The Fed has raised its short-term interest-rate target just twice since the 2007-2009 financial crisis and recession, and many other global central banks have kept their rates pinned near zero or even below.

"With the spotlight on Trump's policy agenda, the Fed has taken a backseat as their response has become more sensitive to the president's fiscal initiatives", said Peter Ng, senior currency trader at Silicon Valley Bank in Santa Clara, California.

Earlier in the day, the People's Bank of China set the yuan's mid-point rate against the USA dollar at 6.8695, stronger by 135 basis points from the previous day.

Fed officials forecast in December the economy would expand at a 2.1 percent annual rate this year, pushing the unemployment rate down to 4.5 percent. This is because the comments from these officials indicate that world's number one economy is in good shape and the Central bank has enough reasons to go for a rate hike.
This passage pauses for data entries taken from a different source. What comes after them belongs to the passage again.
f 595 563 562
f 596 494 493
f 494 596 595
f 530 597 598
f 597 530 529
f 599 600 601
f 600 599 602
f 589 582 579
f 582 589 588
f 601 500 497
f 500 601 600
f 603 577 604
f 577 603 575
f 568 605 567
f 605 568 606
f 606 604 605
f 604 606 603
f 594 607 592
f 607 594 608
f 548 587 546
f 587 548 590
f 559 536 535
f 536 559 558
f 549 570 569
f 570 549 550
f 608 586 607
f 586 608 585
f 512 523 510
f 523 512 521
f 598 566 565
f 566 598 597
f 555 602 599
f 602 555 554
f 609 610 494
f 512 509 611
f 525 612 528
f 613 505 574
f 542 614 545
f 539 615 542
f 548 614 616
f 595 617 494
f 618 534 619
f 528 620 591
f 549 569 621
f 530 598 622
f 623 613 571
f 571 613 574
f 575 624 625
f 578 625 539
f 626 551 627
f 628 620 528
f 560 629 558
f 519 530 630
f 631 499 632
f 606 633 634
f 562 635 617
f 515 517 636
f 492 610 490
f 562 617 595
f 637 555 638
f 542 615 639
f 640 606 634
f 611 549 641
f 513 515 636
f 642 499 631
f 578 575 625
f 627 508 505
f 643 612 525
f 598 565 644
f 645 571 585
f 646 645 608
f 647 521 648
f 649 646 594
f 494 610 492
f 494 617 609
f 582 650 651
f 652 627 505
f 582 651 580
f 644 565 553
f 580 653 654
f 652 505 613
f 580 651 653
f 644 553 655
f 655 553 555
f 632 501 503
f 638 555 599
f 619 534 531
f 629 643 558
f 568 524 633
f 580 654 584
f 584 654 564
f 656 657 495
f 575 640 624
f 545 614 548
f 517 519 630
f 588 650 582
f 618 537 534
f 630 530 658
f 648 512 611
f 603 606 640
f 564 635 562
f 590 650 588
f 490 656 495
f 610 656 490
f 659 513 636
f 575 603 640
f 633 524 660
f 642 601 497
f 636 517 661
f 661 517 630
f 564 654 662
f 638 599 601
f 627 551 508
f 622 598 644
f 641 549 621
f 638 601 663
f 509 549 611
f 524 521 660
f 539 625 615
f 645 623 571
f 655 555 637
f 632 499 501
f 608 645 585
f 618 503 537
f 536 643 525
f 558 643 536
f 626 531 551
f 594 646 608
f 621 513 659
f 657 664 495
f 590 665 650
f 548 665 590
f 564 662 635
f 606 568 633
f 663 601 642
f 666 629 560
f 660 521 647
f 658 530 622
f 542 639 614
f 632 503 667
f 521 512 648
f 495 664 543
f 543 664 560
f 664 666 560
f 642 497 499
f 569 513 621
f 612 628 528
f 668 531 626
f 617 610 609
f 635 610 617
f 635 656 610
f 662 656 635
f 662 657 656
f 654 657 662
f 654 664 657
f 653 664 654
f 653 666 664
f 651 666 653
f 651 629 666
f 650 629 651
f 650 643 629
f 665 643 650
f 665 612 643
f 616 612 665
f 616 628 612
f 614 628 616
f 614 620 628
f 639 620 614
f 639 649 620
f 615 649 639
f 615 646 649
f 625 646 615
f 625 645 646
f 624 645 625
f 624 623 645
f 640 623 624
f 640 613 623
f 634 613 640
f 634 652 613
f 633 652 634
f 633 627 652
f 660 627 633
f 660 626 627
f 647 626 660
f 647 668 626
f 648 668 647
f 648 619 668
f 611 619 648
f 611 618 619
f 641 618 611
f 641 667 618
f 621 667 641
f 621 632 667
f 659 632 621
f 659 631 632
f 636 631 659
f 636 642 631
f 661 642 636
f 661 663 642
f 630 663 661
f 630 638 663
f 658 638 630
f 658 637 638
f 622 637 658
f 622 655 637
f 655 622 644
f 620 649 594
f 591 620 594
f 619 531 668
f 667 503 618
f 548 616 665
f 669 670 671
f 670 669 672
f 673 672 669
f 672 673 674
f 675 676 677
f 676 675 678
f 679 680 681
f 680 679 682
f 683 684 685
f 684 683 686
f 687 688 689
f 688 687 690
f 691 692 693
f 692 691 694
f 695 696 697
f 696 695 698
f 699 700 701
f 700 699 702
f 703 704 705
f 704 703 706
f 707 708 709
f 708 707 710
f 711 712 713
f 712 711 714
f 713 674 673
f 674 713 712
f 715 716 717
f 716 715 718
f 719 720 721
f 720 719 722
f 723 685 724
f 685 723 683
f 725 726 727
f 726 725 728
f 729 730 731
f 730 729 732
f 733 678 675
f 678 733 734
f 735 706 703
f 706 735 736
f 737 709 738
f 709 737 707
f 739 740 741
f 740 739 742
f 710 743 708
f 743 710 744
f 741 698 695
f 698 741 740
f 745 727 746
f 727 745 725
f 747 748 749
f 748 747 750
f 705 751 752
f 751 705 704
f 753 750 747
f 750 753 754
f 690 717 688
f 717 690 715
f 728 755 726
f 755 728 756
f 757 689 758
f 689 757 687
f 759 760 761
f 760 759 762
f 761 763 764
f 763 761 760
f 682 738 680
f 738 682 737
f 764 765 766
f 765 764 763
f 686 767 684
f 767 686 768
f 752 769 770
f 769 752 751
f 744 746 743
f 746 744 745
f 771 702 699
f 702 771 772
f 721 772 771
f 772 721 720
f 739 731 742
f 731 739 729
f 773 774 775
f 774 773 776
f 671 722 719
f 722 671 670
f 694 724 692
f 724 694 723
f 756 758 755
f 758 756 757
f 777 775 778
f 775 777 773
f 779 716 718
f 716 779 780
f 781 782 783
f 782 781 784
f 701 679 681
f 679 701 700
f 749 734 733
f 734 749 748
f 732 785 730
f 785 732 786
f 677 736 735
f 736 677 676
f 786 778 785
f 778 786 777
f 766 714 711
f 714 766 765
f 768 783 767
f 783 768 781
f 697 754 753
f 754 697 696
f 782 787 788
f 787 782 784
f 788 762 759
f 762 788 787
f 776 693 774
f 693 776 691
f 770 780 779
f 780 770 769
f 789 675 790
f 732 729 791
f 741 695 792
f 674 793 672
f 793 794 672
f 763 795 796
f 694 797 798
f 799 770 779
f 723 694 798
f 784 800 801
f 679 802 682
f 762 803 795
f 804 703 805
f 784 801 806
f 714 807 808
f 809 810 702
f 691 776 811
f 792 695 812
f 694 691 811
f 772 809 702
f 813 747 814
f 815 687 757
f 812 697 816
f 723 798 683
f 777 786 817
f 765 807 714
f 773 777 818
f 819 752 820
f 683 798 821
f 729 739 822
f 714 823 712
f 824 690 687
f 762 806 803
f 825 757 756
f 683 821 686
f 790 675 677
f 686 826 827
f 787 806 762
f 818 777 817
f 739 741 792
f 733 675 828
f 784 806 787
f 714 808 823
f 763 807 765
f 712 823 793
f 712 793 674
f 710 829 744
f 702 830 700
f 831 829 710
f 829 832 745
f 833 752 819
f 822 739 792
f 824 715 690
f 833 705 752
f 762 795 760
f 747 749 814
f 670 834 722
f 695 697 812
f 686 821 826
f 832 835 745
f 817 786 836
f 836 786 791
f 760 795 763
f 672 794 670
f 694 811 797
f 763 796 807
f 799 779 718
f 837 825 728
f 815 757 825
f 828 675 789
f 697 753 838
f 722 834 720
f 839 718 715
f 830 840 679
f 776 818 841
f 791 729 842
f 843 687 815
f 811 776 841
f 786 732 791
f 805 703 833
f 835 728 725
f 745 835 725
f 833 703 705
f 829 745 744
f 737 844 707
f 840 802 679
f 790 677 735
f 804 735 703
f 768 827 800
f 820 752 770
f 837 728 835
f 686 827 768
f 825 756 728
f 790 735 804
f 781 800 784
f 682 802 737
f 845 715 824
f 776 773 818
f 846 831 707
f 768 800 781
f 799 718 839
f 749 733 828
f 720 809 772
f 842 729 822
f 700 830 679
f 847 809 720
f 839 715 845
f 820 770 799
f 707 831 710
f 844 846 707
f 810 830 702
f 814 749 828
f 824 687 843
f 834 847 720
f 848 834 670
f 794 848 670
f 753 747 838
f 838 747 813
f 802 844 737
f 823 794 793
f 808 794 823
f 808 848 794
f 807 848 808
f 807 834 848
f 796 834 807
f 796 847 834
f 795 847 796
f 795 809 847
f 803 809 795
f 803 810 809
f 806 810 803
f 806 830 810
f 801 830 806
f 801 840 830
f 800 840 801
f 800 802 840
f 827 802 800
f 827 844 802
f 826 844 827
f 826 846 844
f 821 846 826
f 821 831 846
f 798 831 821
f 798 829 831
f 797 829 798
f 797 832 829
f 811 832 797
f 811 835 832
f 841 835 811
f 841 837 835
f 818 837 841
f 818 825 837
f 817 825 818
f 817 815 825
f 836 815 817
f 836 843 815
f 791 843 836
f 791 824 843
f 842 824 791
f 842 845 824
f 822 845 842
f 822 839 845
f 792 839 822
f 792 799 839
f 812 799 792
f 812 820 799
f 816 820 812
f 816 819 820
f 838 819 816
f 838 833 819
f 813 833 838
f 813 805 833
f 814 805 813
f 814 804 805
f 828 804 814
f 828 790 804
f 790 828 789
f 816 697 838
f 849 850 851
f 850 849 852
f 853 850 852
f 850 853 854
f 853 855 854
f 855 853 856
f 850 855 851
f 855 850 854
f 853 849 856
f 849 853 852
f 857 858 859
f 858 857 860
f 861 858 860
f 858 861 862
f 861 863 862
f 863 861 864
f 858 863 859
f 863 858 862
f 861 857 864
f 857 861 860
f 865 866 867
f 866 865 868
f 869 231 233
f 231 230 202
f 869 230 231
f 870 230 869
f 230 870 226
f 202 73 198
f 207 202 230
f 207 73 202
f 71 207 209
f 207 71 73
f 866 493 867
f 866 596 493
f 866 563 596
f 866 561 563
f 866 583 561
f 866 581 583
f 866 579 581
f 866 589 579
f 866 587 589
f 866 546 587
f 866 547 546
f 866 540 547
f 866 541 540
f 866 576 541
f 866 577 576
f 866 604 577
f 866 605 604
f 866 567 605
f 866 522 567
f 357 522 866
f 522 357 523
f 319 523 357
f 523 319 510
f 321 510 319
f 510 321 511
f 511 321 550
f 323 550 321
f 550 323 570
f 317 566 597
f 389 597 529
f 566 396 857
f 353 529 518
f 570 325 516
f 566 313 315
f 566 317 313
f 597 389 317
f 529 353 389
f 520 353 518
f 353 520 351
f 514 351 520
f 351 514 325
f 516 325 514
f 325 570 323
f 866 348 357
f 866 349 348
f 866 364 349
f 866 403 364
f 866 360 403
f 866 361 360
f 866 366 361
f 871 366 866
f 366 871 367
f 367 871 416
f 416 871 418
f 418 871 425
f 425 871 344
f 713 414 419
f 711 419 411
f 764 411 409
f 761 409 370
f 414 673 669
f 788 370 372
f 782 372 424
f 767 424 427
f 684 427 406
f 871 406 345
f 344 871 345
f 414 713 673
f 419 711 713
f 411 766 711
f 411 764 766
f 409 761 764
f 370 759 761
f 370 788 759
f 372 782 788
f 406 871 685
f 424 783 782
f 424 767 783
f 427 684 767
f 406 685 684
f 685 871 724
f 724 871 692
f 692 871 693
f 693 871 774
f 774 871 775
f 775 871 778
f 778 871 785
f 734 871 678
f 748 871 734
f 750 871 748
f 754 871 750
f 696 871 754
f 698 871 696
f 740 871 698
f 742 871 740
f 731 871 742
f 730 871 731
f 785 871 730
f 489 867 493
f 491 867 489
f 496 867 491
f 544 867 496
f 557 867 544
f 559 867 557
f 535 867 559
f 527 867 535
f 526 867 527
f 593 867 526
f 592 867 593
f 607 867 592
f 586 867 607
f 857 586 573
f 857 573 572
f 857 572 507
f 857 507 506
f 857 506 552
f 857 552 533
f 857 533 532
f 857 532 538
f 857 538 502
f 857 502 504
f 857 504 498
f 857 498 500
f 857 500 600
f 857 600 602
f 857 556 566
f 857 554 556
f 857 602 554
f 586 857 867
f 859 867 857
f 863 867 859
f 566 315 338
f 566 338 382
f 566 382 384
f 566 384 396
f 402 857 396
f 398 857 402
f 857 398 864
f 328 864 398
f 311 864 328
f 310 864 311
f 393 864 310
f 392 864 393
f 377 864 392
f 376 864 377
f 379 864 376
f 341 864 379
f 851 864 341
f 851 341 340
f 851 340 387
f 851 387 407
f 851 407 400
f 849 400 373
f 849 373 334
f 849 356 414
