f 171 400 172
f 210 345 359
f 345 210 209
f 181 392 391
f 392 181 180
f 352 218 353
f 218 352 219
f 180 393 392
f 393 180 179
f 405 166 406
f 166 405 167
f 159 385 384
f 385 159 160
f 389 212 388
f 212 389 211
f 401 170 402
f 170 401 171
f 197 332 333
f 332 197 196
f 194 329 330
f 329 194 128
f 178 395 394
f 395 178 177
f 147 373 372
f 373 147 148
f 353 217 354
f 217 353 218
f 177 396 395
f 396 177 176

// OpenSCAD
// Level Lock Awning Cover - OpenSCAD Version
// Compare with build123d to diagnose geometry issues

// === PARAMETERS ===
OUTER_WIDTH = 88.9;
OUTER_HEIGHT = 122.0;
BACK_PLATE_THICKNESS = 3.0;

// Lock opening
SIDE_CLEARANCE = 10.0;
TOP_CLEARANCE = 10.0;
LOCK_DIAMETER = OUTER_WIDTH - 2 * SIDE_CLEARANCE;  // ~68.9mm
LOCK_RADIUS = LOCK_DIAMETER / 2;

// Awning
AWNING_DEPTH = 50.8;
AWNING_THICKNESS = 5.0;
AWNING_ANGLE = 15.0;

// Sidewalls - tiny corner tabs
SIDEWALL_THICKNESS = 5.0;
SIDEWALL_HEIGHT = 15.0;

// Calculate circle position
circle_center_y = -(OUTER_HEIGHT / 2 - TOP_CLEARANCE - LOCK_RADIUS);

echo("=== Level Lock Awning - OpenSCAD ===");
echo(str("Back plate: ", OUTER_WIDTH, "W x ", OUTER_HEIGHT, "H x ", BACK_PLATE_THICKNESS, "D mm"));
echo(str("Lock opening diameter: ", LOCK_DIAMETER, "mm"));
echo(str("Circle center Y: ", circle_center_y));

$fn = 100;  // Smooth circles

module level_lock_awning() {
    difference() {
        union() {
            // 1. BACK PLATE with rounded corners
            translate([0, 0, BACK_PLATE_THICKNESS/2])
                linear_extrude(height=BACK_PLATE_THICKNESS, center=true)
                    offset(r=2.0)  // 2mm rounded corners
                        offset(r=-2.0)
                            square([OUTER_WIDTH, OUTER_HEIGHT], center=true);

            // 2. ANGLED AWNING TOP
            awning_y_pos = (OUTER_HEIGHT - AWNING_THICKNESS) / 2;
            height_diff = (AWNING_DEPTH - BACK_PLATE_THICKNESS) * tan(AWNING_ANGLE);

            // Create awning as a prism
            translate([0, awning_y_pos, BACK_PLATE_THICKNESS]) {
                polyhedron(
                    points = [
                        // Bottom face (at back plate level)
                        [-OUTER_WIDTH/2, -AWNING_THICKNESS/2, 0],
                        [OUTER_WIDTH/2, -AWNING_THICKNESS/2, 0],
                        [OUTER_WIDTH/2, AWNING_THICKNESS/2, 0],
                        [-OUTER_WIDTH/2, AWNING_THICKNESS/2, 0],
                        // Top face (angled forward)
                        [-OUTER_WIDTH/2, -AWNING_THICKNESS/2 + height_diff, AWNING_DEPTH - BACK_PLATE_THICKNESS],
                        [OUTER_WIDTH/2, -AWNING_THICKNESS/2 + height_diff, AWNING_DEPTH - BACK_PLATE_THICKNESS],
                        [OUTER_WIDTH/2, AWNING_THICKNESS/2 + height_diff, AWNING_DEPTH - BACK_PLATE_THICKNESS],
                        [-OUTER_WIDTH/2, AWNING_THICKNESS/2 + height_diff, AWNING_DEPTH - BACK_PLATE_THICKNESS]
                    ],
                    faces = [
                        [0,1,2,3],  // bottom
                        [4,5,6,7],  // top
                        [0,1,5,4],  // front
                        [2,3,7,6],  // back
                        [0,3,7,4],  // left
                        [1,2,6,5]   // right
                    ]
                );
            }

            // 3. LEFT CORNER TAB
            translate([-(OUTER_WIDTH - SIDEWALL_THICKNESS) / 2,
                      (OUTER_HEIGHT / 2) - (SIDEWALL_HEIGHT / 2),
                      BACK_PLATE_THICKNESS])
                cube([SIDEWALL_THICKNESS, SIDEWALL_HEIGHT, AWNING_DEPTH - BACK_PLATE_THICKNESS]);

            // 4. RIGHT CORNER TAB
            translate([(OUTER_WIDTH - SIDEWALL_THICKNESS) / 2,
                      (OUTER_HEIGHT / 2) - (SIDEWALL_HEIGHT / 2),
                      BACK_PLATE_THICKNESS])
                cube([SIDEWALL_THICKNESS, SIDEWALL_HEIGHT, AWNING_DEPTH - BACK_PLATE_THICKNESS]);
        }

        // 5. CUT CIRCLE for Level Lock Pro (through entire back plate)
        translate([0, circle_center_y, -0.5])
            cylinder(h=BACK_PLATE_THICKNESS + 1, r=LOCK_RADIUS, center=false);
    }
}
That statement will add to rising expectations the FOMC might increase the benchmark rate at the March 14-15 meeting. But the discussion in the minutes might increase the possibility of a rate increase as soon as March.

Fed Chairwoman Janet Yellen suggested the Fed might raise rates as soon as March, without making a commitment to do so, when she told Congress last week a move might be appropriate "at our upcoming meetings".

Typically, the dollar appreciates when investors expect interest rates to rise more quickly because higher rates increase returns on dollar-denominated assets. A big concern for officials: uncertainty over President Trump's proposed economic policies.

Fed officials didn't advance their plans for the balance sheet, saying they'd address it in later meetings, according ot the minutes.